**Aim of the exercise**
A complete answer lists every line of the entries below where the string "both" appears.

**Data for analysis**
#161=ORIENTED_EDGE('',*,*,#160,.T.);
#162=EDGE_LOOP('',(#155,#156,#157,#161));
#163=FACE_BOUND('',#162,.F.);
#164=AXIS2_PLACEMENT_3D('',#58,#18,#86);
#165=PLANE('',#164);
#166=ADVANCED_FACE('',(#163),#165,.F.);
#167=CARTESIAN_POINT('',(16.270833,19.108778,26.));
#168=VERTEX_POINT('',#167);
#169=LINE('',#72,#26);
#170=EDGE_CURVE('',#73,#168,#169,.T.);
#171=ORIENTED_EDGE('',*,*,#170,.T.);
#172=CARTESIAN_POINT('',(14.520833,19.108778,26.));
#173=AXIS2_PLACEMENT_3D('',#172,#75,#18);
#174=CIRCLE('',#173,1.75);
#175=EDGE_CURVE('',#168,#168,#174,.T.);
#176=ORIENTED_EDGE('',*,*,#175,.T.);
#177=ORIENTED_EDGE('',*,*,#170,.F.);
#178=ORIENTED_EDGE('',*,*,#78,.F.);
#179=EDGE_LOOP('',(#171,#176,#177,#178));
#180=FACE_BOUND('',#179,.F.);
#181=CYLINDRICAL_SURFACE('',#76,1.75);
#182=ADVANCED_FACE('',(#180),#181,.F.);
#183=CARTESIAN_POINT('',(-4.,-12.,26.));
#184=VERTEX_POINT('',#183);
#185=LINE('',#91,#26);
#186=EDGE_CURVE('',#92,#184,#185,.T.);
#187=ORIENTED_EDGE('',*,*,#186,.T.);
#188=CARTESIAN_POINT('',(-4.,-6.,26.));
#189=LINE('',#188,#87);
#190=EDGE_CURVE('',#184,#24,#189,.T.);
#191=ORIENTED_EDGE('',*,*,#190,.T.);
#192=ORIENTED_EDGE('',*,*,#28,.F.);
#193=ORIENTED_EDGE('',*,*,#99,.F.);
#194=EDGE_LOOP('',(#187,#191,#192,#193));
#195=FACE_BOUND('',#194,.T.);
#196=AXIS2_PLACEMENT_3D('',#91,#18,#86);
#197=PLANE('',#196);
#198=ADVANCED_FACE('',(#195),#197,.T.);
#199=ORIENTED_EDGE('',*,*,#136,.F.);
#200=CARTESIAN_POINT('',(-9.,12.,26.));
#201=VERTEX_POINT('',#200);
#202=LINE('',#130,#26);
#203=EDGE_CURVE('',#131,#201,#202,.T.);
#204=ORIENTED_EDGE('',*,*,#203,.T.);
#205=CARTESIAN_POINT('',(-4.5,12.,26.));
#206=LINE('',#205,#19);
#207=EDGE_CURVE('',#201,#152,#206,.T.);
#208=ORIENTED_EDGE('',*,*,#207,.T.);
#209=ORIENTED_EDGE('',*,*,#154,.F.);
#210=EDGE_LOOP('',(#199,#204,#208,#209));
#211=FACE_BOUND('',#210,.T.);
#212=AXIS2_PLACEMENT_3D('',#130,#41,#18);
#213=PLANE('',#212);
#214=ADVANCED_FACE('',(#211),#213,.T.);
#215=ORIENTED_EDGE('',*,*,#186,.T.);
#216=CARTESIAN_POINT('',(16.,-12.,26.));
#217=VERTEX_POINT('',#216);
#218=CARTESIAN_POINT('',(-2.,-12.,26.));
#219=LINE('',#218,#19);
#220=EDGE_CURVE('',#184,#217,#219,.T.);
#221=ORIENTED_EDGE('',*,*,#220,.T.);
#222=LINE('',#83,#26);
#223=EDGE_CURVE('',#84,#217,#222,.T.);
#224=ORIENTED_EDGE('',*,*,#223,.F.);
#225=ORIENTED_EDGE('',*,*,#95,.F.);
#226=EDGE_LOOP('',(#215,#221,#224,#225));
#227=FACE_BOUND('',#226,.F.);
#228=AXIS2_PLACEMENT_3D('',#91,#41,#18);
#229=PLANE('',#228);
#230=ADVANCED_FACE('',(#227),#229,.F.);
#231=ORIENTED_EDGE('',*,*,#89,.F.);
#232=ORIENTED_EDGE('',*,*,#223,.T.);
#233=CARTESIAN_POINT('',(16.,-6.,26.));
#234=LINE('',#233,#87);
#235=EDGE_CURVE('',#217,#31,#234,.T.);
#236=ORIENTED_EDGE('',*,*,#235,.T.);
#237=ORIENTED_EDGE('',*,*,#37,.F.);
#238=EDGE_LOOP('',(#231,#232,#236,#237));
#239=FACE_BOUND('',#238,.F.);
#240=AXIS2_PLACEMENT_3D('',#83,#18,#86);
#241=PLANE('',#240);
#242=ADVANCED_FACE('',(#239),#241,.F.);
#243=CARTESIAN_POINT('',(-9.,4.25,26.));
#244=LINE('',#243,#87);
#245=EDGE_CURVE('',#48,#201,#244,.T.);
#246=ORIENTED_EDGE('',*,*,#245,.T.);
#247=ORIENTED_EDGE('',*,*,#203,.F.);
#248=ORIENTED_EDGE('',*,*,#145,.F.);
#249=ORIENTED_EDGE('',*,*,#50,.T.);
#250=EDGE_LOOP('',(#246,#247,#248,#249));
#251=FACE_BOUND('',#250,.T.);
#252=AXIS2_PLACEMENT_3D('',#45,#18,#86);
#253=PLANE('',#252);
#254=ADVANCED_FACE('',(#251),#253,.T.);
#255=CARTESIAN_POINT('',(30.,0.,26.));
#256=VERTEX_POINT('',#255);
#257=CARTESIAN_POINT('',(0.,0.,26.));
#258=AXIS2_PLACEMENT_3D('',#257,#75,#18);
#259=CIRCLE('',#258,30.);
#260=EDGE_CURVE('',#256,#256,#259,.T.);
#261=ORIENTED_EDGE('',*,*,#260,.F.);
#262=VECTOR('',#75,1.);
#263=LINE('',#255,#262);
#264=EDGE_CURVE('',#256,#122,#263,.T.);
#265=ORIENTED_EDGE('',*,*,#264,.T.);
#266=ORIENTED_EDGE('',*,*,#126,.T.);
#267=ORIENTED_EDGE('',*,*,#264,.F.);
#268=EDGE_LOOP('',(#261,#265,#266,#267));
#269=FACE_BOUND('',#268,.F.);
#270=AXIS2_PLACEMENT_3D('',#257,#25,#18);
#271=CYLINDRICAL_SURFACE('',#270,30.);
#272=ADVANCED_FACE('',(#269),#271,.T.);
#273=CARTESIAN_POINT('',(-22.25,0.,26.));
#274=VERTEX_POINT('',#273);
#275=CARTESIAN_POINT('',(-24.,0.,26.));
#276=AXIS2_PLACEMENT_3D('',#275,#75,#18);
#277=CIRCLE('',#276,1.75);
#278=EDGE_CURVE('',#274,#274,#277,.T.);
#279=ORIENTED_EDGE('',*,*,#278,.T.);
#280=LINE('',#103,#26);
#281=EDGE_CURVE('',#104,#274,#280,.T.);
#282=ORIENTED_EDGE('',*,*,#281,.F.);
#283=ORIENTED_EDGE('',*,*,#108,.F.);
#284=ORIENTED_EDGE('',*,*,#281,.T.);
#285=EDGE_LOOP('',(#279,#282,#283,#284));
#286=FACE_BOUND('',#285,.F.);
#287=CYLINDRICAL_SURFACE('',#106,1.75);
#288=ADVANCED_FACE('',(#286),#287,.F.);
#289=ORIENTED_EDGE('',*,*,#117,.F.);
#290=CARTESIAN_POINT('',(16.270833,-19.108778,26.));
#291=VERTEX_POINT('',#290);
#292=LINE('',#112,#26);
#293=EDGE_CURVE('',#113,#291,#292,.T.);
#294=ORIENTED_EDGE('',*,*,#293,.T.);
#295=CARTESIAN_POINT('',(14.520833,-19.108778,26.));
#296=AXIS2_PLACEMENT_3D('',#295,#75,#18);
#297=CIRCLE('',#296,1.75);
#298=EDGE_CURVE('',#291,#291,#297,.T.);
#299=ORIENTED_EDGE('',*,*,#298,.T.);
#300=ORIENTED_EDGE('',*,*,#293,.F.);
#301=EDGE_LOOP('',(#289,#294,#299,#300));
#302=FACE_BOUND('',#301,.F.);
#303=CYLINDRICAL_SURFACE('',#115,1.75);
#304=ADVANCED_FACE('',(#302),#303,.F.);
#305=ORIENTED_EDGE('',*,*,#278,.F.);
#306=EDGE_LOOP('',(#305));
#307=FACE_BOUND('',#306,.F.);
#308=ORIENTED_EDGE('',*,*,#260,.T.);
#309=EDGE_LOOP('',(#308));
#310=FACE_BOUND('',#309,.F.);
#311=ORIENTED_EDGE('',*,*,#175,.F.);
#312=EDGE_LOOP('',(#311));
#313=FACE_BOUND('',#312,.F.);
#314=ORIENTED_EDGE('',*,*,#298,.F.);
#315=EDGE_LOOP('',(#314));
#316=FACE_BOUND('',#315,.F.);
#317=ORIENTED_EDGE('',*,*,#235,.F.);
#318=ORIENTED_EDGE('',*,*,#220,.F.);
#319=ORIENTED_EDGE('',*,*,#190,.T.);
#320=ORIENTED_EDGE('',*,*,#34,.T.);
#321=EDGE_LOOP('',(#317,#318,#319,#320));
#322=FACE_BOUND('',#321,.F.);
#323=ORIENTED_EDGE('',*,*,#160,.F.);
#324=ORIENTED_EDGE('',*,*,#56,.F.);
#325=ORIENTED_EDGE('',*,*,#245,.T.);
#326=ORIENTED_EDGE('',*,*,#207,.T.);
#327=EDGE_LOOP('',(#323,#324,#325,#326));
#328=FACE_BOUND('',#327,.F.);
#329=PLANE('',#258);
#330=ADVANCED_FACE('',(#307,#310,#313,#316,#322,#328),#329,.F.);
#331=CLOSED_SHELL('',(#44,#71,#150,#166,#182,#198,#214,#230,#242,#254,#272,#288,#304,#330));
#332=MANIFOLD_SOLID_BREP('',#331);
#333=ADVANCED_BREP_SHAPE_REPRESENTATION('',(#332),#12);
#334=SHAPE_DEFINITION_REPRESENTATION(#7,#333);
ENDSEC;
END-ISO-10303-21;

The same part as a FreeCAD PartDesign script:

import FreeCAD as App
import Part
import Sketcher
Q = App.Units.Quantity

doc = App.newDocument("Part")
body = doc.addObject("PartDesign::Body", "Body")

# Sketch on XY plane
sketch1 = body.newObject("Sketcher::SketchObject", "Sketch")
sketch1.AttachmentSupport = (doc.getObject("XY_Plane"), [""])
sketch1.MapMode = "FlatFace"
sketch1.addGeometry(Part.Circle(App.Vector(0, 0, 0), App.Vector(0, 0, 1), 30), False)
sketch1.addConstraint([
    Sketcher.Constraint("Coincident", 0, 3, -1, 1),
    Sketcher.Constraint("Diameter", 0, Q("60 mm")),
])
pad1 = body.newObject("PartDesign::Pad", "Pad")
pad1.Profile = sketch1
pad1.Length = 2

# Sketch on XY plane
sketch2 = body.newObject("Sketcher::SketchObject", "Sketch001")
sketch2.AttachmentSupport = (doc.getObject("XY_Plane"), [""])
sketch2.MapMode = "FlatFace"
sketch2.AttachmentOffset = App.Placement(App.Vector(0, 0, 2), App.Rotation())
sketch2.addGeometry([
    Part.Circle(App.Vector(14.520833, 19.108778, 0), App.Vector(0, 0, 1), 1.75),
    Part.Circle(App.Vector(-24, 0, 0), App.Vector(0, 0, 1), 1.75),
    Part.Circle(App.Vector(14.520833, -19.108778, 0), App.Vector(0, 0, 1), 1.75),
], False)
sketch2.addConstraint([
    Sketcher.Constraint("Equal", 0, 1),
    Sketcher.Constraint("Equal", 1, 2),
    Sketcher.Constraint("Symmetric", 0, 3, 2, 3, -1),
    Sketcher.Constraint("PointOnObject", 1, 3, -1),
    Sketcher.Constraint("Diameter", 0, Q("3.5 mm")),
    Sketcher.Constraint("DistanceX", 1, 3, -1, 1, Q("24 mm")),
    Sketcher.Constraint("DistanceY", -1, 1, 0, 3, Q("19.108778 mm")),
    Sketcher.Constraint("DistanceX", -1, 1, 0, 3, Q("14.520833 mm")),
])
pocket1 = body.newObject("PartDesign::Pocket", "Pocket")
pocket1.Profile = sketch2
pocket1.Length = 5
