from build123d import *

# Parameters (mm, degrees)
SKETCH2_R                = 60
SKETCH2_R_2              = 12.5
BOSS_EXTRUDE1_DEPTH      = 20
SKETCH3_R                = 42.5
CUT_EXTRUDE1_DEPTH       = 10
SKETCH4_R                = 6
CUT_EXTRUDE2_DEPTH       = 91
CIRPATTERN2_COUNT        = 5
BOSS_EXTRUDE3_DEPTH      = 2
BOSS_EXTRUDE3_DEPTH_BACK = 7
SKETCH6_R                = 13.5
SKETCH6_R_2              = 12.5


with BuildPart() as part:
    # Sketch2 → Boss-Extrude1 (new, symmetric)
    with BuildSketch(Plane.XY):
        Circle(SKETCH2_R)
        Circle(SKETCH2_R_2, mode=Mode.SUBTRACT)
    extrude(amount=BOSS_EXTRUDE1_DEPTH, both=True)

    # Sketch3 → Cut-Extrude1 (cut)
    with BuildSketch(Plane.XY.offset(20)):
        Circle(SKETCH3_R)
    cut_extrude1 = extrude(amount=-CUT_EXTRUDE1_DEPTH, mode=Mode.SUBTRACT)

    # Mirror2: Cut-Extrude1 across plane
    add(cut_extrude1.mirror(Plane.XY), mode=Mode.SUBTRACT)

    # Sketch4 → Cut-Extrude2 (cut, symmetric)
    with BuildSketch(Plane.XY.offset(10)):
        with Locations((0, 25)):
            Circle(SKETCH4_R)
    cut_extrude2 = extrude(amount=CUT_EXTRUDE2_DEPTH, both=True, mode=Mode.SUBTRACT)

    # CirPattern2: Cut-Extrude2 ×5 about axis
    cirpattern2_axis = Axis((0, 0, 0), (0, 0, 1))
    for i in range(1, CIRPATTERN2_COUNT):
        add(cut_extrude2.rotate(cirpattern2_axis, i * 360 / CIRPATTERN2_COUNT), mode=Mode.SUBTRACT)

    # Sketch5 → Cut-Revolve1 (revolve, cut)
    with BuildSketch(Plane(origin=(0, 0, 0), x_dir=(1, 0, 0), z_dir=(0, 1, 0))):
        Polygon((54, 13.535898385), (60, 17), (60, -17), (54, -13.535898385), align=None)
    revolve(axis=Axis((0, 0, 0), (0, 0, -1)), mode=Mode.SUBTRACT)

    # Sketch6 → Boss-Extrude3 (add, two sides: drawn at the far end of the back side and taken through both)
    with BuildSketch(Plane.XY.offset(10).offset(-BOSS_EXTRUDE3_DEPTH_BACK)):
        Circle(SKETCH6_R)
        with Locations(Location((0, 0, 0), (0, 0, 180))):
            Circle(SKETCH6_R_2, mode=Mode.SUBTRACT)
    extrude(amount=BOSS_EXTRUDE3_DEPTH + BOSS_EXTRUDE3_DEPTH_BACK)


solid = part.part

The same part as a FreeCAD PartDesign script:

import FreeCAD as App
import Part
import Sketcher
from FreeCAD import Vector
Q = App.Units.Quantity


def add_polygon(sketch, points):
    """Adds a closed chain of lines whose ends are joined by coincident constraints."""
    first, n = sketch.GeometryCount, len(points)
    for a, b in zip(points, points[1:] + points[:1]):
        sketch.addGeometry(Part.LineSegment(App.Vector(*a, 0), App.Vector(*b, 0)), False)
    for i in range(n):
        sketch.addConstraint(Sketcher.Constraint("Coincident", first + i, 2, first + (i + 1) % n, 1))

doc = App.newDocument("Part")
body = doc.addObject("PartDesign::Body", "Body")

# Sketch on XY plane
sketch1 = body.newObject("Sketcher::SketchObject", "Sketch")
sketch1.AttachmentSupport = (doc.getObject("XY_Plane"), [""])
sketch1.MapMode = "FlatFace"
sketch1.addGeometry(Part.Circle(Vector(0, 0, 0), Vector(0, 0, 1), 60), False)
sketch1.addGeometry(Part.Circle(Vector(0, 0, 0), Vector(0, 0, 1), 12), False)
sketch1.addConstraint(Sketcher.Constraint("Coincident", 0, 3, -1, 1))
sketch1.addConstraint(Sketcher.Constraint("Coincident", 1, 3, -1, 1))
sketch1.addConstraint(Sketcher.Constraint("Diameter", 0, Q("120 mm")))
sketch1.addConstraint(Sketcher.Constraint("Diameter", 1, Q("25 mm")))
pad1 = body.newObject("PartDesign::Pad", "Pad")
pad1.Profile = sketch1
pad1.Length = 40
pad1.Midplane = True

# Sketch on XY plane
sketch2 = body.newObject("Sketcher::SketchObject", "Sketch001")
sketch2.AttachmentSupport = (doc.getObject("XY_Plane"), [""])
sketch2.MapMode = "FlatFace"
sketch2.AttachmentOffset = App.Placement(Vector(0, 0, 20), App.Rotation())
sketch2.addGeometry(Part.Circle(Vector(0, 0, 0), Vector(0, 0, 1), 42), False)
sketch2.addConstraint(Sketcher.Constraint("Coincident", 0, 3, -1, 1))
sketch2.addConstraint(Sketcher.Constraint("Diameter", 0, Q("85 mm")))
pocket1 = body.newObject("PartDesign::Pocket", "Pocket")
pocket1.Profile = sketch2
pocket1.Length = 10
doc.recompute()

mirrored = body.newObject("PartDesign::Mirrored", "Mirrored")
mirrored.Originals = [pocket1]
mirrored.MirrorPlane = (doc.getObject("XY_Plane"), [""])
body.Tip = mirrored

# Sketch on XY plane
sketch3 = body.newObject("Sketcher::SketchObject", "Sketch002")
sketch3.AttachmentSupport = (doc.getObject("XY_Plane"), [""])
sketch3.MapMode = "FlatFace"
sketch3.AttachmentOffset = App.Placement(Vector(0, 0, 10), App.Rotation())
sketch3.addGeometry(Part.Circle(Vector(0, 25, 0), Vector(0, 0, 1), 6), False)
sketch3.addConstraint(Sketcher.Constraint("PointOnObject", 0, 3, -2))
sketch3.addConstraint(Sketcher.Constraint("Diameter", 0, Q("12 mm")))
sketch3.addConstraint(Sketcher.Constraint("DistanceY", -1, 1, 0, 3, Q("25 mm")))
pocket2 = body.newObject("PartDesign::Pocket", "Pocket001")
pocket2.Profile = sketch3
pocket2.Length = 182
pocket2.Midplane = True
doc.recompute()

polarpattern = body.newObject("PartDesign::PolarPattern", "PolarPattern")
polarpattern.Originals = [pocket2]
polarpattern.Axis = (doc.getObject("Z_Axis"), [""])
polarpattern.Angle = 360
polarpattern.Occurrences = 5
body.Tip = polarpattern

# Sketch on XZ plane
sketch4 = body.newObject("Sketcher::SketchObject", "Sketch003")
sketch4.AttachmentSupport = (doc.getObject("XZ_Plane"), [""])
sketch4.MapMode = "FlatFace"
add_polygon(sketch4, [(60, -17), (54, -14), (54, 14), (60, 17)])  # lines 0-3
sketch4.addConstraint(Sketcher.Constraint("Vertical", 1))
sketch4.addConstraint(Sketcher.Constraint("Vertical", 3))
sketch4.addConstraint(Sketcher.Constraint("Equal", 0, 2))
sketch4.addConstraint(Sketcher.Constraint("DistanceY", 3, 2, 3, 1, Q("34 mm")))
sketch4.addConstraint(Sketcher.Constraint("Angle", 0, Q("150 deg")))
sketch4.addConstraint(Sketcher.Constraint("DistanceX", -1, 1, 0, 2, Q("54 mm")))
sketch4.addConstraint(Sketcher.Constraint("DistanceX", -1, 1, 2, 2, Q("60 mm")))
sketch4.addConstraint(Sketcher.Constraint("DistanceY", -1, 1, 2, 2, Q("17 mm")))
groove = body.newObject("PartDesign::Groove", "Groove")
groove.Profile = sketch4
groove.ReferenceAxis = (sketch4, ["V_Axis"])
groove.Angle = 360

# Sketch on XY plane
sketch5 = body.newObject("Sketcher::SketchObject", "Sketch004")
sketch5.AttachmentSupport = (doc.getObject("XY_Plane"), [""])
sketch5.MapMode = "FlatFace"
sketch5.AttachmentOffset = App.Placement(Vector(0, 0, 10), App.Rotation())
sketch5.addGeometry(Part.Circle(Vector(0, 0, 0), Vector(0, 0, 1), 14), False)
sketch5.addGeometry(Part.Circle(Vector(0, 0, 0), Vector(0, 0, 1), 12), False)
sketch5.addConstraint(Sketcher.Constraint("Coincident", 0, 3, -1, 1))
sketch5.addConstraint(Sketcher.Constraint("Coincident", 1, 3, -1, 1))
sketch5.addConstraint(Sketcher.Constraint("Diameter", 0, Q("27 mm")))
sketch5.addConstraint(Sketcher.Constraint("Diameter", 1, Q("25 mm")))
pad2 = body.newObject("PartDesign::Pad", "Pad001")
pad2.Profile = sketch5
pad2.Type = "TwoLengths"
pad2.Length = 2
pad2.Length2 = 7

doc.recompute()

**Completed exercise**
    extrude(amount=BOSS_EXTRUDE1_DEPTH, both=True)
    cut_extrude2 = extrude(amount=CUT_EXTRUDE2_DEPTH, both=True, mode=Mode.SUBTRACT)
    # Sketch6 → Boss-Extrude3 (add, two sides: drawn at the far end of the back side and taken through both)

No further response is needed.